Task requirements
Could you please find each line in the records that contains the word "with" and copy it?

Data

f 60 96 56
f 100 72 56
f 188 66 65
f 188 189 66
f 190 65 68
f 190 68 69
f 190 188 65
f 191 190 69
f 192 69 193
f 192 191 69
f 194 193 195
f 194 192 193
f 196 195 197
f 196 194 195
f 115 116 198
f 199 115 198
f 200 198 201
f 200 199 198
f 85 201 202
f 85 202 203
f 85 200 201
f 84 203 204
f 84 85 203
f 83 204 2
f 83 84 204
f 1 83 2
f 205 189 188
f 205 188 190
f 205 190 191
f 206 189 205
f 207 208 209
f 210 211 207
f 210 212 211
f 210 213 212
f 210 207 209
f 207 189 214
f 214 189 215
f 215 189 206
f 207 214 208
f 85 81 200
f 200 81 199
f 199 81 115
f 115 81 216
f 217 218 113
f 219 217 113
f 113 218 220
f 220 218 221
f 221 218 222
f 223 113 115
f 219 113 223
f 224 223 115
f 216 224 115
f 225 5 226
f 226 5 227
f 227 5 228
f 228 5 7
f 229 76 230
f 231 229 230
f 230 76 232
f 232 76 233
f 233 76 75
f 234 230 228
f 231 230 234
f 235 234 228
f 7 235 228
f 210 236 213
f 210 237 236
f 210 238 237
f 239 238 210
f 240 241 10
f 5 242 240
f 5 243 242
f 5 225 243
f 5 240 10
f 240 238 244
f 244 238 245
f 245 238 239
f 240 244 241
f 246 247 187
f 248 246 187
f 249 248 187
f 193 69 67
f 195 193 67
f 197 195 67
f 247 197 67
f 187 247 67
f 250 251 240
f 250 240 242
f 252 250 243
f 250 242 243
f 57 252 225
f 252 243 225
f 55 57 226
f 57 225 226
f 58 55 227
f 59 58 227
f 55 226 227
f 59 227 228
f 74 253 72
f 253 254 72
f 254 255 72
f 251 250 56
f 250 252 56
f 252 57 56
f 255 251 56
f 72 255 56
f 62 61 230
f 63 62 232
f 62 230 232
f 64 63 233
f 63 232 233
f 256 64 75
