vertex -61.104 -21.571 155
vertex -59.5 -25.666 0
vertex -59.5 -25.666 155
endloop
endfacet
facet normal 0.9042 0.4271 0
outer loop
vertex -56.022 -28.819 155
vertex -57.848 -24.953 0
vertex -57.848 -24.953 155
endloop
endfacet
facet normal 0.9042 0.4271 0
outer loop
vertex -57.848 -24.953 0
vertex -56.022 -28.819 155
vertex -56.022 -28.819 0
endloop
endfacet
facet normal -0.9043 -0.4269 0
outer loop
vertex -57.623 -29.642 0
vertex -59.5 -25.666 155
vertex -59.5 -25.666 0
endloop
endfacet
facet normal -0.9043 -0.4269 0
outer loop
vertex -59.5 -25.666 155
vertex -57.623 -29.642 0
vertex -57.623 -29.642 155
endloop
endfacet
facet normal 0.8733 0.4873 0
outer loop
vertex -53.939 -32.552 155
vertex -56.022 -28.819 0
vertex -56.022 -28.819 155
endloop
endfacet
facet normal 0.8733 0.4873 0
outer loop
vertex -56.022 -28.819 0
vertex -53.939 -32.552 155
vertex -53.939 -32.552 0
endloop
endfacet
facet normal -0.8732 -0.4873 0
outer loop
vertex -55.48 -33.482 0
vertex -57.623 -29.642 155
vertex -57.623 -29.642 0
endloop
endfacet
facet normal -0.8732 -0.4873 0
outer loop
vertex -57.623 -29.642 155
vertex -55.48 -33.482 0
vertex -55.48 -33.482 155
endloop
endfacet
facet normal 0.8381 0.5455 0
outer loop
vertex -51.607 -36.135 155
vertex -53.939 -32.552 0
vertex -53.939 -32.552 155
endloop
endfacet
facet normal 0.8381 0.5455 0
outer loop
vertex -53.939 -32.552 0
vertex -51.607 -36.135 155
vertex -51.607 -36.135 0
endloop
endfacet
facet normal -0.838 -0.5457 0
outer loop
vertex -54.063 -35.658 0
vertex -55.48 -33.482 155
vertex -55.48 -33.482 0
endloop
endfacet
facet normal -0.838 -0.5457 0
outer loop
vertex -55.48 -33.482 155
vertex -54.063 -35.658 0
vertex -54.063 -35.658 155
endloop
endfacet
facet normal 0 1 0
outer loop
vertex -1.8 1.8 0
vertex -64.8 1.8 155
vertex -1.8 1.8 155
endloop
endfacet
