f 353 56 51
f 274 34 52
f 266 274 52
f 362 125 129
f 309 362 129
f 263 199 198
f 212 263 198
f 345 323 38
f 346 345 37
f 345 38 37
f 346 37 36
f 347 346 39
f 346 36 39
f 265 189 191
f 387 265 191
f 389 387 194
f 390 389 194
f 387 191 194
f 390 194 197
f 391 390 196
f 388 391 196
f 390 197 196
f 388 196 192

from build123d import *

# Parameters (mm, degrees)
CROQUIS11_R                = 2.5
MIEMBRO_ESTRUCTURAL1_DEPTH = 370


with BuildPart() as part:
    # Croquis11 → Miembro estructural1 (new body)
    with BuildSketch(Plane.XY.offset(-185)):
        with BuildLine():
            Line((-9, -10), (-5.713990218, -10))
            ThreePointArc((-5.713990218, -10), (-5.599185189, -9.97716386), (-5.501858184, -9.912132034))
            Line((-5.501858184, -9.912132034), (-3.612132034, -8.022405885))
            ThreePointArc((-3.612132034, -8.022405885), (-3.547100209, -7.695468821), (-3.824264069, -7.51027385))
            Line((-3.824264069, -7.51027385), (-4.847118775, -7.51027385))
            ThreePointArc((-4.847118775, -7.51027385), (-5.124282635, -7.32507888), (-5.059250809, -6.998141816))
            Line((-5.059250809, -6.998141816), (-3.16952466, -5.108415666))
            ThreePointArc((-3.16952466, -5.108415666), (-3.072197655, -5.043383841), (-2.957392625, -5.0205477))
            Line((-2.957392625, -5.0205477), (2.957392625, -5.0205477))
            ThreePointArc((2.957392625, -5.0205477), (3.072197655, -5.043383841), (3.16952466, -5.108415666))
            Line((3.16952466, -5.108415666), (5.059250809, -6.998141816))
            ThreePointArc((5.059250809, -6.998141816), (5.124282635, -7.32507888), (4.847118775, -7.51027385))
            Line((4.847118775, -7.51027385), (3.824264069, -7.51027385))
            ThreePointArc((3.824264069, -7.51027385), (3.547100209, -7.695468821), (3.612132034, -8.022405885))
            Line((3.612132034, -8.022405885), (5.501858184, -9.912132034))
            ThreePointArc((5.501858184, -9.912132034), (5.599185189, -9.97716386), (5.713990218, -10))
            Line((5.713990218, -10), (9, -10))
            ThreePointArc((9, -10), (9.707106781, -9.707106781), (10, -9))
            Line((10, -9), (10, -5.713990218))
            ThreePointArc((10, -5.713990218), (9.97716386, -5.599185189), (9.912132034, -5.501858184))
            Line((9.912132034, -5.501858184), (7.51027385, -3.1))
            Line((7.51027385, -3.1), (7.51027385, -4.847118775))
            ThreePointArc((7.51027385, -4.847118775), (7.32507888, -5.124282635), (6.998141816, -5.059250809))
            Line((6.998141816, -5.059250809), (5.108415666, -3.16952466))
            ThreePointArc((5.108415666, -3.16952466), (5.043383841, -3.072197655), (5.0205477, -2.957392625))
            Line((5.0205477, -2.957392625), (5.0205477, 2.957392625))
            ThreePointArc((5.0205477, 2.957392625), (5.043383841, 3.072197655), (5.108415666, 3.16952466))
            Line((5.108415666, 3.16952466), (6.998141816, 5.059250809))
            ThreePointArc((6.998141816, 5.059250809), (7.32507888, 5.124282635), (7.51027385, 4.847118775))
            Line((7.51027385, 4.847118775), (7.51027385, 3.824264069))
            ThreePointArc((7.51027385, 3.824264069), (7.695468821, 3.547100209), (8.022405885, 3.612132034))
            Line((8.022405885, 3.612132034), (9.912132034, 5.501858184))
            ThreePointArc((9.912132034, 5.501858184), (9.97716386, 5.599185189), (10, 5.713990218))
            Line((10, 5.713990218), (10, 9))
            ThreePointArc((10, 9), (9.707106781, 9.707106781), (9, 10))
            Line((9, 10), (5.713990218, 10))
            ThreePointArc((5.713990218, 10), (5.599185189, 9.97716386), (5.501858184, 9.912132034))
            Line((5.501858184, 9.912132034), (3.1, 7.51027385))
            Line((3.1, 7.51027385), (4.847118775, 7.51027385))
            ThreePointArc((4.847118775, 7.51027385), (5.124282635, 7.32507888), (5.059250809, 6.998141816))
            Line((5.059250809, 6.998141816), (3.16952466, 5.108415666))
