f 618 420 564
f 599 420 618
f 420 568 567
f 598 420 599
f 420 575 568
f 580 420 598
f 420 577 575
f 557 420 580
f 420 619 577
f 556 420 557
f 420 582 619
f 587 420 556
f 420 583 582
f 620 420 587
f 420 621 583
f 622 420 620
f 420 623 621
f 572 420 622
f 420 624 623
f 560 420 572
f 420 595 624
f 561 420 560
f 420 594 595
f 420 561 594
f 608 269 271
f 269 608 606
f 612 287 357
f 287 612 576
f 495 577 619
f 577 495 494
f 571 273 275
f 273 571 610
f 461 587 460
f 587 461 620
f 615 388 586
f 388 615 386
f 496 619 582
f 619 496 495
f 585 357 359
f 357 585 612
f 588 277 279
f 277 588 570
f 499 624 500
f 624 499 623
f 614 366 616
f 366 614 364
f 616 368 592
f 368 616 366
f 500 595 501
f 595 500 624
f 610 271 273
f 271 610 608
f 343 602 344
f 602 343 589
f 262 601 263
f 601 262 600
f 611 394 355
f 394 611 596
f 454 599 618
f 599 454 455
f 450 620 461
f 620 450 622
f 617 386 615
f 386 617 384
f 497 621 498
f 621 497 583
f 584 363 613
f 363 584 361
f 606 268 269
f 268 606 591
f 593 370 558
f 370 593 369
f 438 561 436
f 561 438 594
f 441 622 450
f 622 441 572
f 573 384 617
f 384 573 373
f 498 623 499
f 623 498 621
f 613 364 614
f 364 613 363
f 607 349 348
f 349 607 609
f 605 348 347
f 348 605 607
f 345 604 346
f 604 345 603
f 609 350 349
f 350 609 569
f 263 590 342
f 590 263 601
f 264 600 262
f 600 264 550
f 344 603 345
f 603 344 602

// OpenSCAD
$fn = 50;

Your solution
with BuildPart() as part:
    with BuildSketch(Plane.XY.offset(-185)):
        with BuildLine():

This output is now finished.